Description
This is just tracking a suggestion and making a place for discussion.
Branch that implements this suggestion: stevenmasley/build_initiator_username
PR that started conversation: #2137
Enable use of JOIN
in sqlc queries
Currently the UI requires additional information regarding data structures returned by the database. An example is the workspace_build
table does not include the following fields that the UI wants and uses convertWorkspaceBuild
to add these fields.
- workspace owner (id & name)
- initiator name
- workspace name
provisioner job(although included, going to not JOIN this data in right now)
This requires 2 extra database calls (fetch users, and workspace). Ideally we could fetch this information with a JOIN
.
-- Make the SELECT a VIEW
CREATE VIEW workspace_build_with_names AS
SELECT
-- coalesce is used because technically the joins do not guarantee a value.
-- If we setup proper foreign keys, we can remove the coalesce.

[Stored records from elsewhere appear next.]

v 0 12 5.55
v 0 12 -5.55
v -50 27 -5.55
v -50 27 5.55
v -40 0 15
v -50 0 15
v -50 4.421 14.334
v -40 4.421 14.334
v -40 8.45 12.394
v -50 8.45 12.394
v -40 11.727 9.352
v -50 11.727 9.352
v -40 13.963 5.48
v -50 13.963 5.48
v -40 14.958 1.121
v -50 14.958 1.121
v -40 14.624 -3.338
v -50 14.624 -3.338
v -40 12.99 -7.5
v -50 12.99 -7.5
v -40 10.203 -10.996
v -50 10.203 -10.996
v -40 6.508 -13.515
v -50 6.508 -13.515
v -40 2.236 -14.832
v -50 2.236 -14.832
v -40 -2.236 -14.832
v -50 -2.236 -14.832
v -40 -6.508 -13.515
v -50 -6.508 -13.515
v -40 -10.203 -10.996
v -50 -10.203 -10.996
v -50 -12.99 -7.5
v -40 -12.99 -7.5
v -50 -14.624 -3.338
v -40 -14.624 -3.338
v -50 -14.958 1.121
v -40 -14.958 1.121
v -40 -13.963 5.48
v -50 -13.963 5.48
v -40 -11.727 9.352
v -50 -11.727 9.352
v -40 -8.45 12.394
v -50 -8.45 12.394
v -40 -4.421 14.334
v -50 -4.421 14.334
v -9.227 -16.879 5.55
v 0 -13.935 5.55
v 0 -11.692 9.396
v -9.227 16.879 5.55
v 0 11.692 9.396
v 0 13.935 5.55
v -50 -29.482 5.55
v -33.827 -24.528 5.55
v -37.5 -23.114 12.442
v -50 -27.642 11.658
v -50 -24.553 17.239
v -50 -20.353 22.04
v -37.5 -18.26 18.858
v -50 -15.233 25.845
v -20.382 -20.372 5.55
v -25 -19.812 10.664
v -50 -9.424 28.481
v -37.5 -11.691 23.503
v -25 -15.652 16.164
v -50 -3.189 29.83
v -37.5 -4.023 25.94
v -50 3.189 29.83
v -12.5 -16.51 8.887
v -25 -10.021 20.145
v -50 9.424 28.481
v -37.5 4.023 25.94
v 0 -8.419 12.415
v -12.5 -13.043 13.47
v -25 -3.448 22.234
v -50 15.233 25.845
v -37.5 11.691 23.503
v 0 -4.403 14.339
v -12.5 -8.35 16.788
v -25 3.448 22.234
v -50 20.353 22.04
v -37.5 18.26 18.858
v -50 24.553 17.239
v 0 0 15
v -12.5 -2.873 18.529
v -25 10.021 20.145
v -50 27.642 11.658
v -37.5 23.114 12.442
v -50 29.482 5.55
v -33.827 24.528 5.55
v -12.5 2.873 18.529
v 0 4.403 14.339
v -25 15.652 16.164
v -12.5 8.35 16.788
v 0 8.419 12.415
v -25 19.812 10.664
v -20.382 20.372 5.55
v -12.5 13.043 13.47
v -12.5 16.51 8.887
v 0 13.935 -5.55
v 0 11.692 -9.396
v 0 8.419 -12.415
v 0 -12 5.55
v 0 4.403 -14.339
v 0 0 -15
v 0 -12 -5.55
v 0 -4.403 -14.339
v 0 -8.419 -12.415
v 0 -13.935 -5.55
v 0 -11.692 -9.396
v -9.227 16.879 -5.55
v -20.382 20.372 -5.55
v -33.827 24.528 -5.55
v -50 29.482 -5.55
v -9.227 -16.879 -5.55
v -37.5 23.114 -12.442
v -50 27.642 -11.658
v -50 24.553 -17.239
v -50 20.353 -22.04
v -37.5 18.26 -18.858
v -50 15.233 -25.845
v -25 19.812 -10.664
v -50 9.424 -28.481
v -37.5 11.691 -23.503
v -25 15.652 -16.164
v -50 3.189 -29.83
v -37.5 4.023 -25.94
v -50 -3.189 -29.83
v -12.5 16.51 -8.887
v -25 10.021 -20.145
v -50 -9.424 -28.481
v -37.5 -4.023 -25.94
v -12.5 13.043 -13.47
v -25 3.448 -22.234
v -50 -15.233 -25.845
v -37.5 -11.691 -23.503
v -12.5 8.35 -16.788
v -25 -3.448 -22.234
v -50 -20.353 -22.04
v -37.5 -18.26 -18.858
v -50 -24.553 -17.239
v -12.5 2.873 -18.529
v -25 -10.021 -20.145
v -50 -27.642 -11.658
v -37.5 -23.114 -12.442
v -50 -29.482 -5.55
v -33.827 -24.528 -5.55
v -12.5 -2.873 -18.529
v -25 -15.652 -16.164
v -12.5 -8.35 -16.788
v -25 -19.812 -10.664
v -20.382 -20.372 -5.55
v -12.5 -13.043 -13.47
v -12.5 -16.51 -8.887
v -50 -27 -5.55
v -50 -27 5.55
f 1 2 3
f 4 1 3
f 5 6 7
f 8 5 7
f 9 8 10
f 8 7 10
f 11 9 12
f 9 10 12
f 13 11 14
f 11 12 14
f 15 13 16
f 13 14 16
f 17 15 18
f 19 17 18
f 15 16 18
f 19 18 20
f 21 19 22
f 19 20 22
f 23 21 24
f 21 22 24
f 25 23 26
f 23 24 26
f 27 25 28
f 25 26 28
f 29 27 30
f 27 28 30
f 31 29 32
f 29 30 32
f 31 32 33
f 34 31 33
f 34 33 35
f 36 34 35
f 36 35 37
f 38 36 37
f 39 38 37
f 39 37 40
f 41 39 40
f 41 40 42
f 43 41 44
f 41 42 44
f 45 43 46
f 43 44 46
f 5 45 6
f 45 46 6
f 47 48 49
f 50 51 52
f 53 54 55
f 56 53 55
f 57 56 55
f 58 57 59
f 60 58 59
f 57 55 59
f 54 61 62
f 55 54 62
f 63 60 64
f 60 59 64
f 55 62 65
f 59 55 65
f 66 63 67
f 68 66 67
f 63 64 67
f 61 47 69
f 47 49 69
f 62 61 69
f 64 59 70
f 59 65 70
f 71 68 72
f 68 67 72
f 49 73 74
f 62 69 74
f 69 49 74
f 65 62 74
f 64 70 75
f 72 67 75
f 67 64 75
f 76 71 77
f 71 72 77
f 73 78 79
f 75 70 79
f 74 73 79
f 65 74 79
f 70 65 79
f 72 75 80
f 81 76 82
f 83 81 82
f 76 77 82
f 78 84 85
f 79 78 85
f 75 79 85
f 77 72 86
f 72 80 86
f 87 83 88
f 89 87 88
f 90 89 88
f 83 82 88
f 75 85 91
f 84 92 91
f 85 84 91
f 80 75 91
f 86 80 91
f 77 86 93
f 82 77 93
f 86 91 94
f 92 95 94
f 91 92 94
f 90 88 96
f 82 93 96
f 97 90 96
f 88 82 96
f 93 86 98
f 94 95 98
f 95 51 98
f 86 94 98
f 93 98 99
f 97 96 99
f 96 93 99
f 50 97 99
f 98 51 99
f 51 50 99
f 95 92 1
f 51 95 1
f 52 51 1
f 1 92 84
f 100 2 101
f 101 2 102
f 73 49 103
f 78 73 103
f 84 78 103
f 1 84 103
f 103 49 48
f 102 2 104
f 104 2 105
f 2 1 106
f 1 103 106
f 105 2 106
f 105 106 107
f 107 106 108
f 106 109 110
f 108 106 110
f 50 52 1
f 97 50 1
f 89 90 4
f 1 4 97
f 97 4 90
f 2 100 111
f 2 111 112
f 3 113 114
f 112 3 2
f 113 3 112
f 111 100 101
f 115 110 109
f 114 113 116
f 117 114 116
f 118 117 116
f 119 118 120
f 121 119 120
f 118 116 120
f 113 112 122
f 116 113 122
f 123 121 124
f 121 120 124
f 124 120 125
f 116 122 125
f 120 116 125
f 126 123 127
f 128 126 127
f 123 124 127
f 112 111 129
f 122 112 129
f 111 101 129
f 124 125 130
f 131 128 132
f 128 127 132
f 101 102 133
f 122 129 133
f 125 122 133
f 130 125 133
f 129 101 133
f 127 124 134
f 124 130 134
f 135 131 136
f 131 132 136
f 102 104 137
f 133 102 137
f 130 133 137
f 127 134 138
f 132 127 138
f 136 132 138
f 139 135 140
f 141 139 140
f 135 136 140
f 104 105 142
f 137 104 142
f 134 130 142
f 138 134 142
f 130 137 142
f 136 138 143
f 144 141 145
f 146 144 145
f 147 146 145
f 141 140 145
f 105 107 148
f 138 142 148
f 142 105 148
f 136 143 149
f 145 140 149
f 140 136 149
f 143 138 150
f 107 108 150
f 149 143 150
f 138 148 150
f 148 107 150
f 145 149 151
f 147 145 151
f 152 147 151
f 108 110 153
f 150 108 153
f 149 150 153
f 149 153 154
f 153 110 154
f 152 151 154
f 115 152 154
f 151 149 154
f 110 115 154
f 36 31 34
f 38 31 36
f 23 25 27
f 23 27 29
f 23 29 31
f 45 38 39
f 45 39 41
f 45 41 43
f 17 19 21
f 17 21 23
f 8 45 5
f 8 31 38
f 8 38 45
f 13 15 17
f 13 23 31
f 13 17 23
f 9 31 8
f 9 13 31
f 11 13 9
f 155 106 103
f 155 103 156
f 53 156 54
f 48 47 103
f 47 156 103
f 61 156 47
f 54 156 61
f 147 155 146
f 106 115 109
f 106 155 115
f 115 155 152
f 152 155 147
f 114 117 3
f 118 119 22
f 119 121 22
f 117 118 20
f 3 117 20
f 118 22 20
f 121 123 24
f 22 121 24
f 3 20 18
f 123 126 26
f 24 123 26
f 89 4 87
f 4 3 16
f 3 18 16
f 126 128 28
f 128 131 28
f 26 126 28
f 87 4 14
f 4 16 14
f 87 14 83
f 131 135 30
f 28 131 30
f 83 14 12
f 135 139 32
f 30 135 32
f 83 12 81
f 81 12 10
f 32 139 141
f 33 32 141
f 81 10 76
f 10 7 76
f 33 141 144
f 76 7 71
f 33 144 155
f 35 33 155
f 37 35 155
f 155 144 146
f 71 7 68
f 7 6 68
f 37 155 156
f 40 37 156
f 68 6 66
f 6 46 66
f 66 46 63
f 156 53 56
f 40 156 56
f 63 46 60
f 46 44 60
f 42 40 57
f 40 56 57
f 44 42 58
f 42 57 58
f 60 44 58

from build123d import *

# Parameters (mm, degrees)
SKETCH2_R               = 15
CUT_EXTRUDE1_DEPTH      = 10
CUT_EXTRUDE2_DEPTH      = 5.55
CUT_EXTRUDE2_DEPTH_BACK = 5.55


with BuildPart() as part:
    # Sketch1 → Revolve1 (revolve)
    with BuildSketch(Plane.XY):
        Polygon((0, 0), (-50, 0), (-50, 30), (0, 15), align=None)
    revolve(axis=Axis((0, 0, 0), (-1, 0, 0)))

    # Sketch2 → Cut-Extrude1 (cut)
    with BuildSketch(Plane.ZY.offset(50)):
        Circle(SKETCH2_R)
    extrude(amount=-CUT_EXTRUDE1_DEPTH, mode=Mode.SUBTRACT)

    # Sketch4 → Cut-Extrude2 (cut, two sides: drawn at the far end of the back side and taken through both)
    with BuildSketch(Plane.XY.offset(-CUT_EXTRUDE2_DEPTH_BACK)):
        Polygon((0, 15), (0, 12), (-50, 27), (-50, 30), align=None)
        Polygon((0, -15), (0, -12), (-50, -27), (-50, -30), align=None)
    extrude(amount=CUT_EXTRUDE2_DEPTH + CUT_EXTRUDE2_DEPTH_BACK, mode=Mode.SUBTRACT)


solid = part.part
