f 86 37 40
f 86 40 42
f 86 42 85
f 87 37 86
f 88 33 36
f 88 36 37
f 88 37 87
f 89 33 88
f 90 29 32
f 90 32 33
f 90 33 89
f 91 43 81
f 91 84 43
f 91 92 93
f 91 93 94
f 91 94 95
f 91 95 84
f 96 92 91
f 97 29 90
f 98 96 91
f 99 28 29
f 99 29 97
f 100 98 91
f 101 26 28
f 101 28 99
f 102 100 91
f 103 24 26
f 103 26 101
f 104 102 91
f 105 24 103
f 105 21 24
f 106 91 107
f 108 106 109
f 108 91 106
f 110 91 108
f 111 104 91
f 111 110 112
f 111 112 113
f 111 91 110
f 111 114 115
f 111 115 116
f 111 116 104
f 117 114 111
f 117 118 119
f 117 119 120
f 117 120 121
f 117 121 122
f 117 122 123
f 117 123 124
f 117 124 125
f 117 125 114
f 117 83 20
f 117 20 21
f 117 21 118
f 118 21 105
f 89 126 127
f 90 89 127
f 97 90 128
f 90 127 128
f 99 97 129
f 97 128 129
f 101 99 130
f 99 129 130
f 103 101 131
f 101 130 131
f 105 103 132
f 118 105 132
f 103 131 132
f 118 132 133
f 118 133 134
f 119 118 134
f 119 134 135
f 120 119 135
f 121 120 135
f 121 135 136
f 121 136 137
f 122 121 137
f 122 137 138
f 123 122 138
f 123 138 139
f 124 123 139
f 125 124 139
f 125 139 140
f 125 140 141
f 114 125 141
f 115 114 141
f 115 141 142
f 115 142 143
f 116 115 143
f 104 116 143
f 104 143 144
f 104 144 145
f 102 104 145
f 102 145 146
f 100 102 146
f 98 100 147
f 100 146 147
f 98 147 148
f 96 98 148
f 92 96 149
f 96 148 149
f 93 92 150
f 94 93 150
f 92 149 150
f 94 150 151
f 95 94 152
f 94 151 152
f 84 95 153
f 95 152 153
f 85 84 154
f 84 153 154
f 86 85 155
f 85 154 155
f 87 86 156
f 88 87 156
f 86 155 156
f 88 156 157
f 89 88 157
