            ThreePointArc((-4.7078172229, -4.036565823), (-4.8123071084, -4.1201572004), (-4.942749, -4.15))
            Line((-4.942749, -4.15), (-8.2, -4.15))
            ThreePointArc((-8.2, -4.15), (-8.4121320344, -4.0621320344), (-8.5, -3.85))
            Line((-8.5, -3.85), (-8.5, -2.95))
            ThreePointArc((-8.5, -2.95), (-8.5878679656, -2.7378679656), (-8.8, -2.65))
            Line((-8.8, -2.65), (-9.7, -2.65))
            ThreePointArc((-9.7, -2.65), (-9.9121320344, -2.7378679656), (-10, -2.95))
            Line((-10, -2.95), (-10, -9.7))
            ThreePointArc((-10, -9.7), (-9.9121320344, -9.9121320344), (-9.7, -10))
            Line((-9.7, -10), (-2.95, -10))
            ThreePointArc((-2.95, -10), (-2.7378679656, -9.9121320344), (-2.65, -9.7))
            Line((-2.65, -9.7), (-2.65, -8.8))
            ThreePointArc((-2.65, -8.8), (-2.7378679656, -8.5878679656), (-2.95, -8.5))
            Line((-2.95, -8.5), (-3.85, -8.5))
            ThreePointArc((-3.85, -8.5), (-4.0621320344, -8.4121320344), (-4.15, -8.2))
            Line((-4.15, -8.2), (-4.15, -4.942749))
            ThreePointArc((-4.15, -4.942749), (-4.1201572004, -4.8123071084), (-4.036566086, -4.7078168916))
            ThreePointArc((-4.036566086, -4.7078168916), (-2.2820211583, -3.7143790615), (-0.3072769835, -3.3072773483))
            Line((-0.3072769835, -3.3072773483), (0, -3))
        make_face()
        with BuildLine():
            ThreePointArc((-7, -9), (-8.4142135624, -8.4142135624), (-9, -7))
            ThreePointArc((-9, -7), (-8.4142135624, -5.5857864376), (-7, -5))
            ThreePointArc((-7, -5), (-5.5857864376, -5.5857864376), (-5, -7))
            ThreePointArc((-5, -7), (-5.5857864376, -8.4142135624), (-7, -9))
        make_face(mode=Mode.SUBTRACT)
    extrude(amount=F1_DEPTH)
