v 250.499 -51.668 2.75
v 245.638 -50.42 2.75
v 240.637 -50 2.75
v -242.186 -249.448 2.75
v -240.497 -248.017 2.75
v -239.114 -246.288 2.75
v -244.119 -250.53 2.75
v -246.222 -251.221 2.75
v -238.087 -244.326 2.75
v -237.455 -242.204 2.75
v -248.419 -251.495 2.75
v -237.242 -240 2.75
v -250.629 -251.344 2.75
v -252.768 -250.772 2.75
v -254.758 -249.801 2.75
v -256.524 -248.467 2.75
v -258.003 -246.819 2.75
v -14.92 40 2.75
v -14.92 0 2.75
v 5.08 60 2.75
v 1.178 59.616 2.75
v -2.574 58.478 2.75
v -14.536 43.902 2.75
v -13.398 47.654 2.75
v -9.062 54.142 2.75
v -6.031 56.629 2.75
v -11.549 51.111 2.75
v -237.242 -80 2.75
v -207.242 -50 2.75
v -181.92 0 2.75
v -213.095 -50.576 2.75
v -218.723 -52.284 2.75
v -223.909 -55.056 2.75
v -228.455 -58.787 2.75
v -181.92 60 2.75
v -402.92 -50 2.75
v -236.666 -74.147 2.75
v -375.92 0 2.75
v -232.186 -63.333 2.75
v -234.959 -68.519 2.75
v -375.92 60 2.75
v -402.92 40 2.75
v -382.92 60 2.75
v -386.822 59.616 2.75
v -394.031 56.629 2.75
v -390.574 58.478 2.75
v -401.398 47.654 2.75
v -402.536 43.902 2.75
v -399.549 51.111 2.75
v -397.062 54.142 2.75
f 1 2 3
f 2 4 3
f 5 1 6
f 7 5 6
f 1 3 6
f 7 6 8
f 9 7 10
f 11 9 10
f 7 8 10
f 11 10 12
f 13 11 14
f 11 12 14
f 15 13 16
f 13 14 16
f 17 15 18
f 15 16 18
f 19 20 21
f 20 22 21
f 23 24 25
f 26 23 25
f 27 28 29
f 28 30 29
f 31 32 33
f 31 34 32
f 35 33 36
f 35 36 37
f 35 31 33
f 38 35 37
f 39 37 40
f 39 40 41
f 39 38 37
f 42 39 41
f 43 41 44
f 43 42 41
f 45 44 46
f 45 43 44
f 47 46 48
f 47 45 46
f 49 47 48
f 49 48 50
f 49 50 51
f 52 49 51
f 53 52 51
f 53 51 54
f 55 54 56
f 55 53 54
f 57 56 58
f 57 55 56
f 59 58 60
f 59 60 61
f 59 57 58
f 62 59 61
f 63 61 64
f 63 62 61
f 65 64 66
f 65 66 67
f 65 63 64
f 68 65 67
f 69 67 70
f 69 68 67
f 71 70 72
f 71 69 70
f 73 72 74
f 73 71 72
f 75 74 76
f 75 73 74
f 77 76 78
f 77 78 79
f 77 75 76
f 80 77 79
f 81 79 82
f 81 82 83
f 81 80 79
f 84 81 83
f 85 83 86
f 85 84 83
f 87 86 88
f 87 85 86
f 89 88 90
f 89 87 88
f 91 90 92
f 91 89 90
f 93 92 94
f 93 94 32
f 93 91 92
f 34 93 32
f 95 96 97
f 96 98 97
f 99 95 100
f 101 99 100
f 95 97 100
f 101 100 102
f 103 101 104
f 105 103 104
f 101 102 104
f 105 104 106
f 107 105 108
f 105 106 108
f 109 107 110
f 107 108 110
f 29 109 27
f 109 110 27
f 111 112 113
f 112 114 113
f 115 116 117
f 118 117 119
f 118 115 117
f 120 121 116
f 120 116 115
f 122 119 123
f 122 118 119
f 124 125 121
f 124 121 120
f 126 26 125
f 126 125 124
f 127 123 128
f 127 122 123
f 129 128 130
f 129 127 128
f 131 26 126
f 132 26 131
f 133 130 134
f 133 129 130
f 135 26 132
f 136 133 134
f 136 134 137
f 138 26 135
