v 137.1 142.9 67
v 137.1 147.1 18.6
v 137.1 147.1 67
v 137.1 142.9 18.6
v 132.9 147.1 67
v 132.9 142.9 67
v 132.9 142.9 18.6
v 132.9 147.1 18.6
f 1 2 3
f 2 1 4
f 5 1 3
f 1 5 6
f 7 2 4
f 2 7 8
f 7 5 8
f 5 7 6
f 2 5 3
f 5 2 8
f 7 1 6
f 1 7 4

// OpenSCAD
// Generated by spec/prepare_parent_retrofit_printing.py from validated release fasteners. NOT A PRINTABLE PART.
union(){
translate([132.9, 142.9, 18.599999237060548]) cube([4.2, 4.2, 48.400003814697264]);
translate([132.9, 142.9, 18.599999237060548]) cube([4.2, 4.2, 48.400003814697264]);
}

coalesce(initiator_user.username, 'unknown') AS initiator_username,
coalesce(workspaces.owner_id, '00000000-00000000-00000000-00000000') AS owner_id,
coalesce(owner_user.username, 'unknown') AS owner_name,
coalesce(workspaces.name, 'unknown') AS workspace_name,
-- This information also seems helpful for UI purposes and is used in some areas of the UI.
coalesce(templates.id, '00000000-00000000-00000000-00000000') AS template_id,
coalesce(templates.name, 'unknown') AS template_name,
coalesce(templates.active_version_id, '00000000-00000000-00000000-00000000') AS template_active_version,
workspace_builds.*
FROM workspace_builds
LEFT JOIN users AS initiator_user ON workspace_builds.initiator_id = initiator_user.id
LEFT JOIN workspaces ON workspaces.id = workspace_builds.workspace_id
LEFT JOIN users AS owner_user ON workspaces.owner_id = owner_user.id
LEFT JOIN templates ON workspaces.template_id = templates.id;
The solution to using joins is to make a migration that makes the above a VIEW in our database that can be reused. This simplifies all the queries around workspace_builds
as we do not need to copy the JOIN
more than once (DRY).
Downsides to views
Maintaining the view
If a column is added to workspace_build
, that column is not automatically added to the view. So your migration will look like this:
-- We must drop the old view first, then recreate it. We cannot just update the old view
-- as the new view must have the same columns.
DROP VIEW workspace_build_with_initiator;
-- This alter table could be adding a column OR removing a column. In both cases, we will
-- need to drop the view first.
-- You cannot delete a column that has a dependency on it, and a view is a dependency.
ALTER TABLE workspace_builds
ADD extra_column int DEFAULT 1 NOT NULL;
CREATE VIEW workspace_build_with_names AS
SELECT -- ... Copy the Select query again ...
The biggest downside is that is adds some complexity to our migrations. The developer writing the migration needs to know which views to also update. Postgres will fail if a view is a dependency and the underlying table is changed. They will likely have to copy the CREATE VIEW ...
code block from migration to migration.
This is just the cost of the views.
Con: Defaulting to using joins
One downside is that all our queries now use joins. In the example above, the data being joined is only used by the UI. So internal usage doesn't require the join (at the moment). However, having the additional context could be nice for logging purposes, so it might not be a total waste.
I don't think join performance will be so bad that this is really an issue, but it does cause over-fetching.
If we use the sqlc.embed fork of sqlc, we can make db calls with the join, and some db calls without the join. Having this mix can prevent overfetching if we hit performance issues. Using the embed
means we can nest data-structs and have the UI data-structure be something like:
type WorkspaceBuildWithNames struct {
// The backend can work exclusively with 'WorkspaceBuild' type. So calling the FE version of the call
// is still usable for BE purposes.
WorkspaceBuild
OwnerName string
// .. The rest of the fields
}
The upside
- Less db calls as we can merge them into 1 with a join
- Still 1
database.Type
shared by all sqlc queries - Join queries are reused, and only typed once as a view.
- Filter options can use names rather than ids. (owner_name vs owner_id from a user perspective)
Alternative (Status Quo)
The alternative is to do the status quo, where we make multiple db calls and merge the resulting structs.
- Query for workspace build
- Query for owner & initiator user's
- Merge in a go
convertWorkspaceBuild
function.- Handling errors in convert is currently inconsistent. The SQL joins handle these more consistently.
Extra links
SQLc implementations that could help. But gated since these features do not exist yet :(.
sqlc.embed()
fork: feat: addsqlc.embed
to allow model re-use sqlc-dev/sqlc#1615.- This was a design sqlc dropped, but
template: workspace_build_initiator
support for putting the views in the queries.sql- Downside is that we have to copy the view's SELECT query with the join to every query.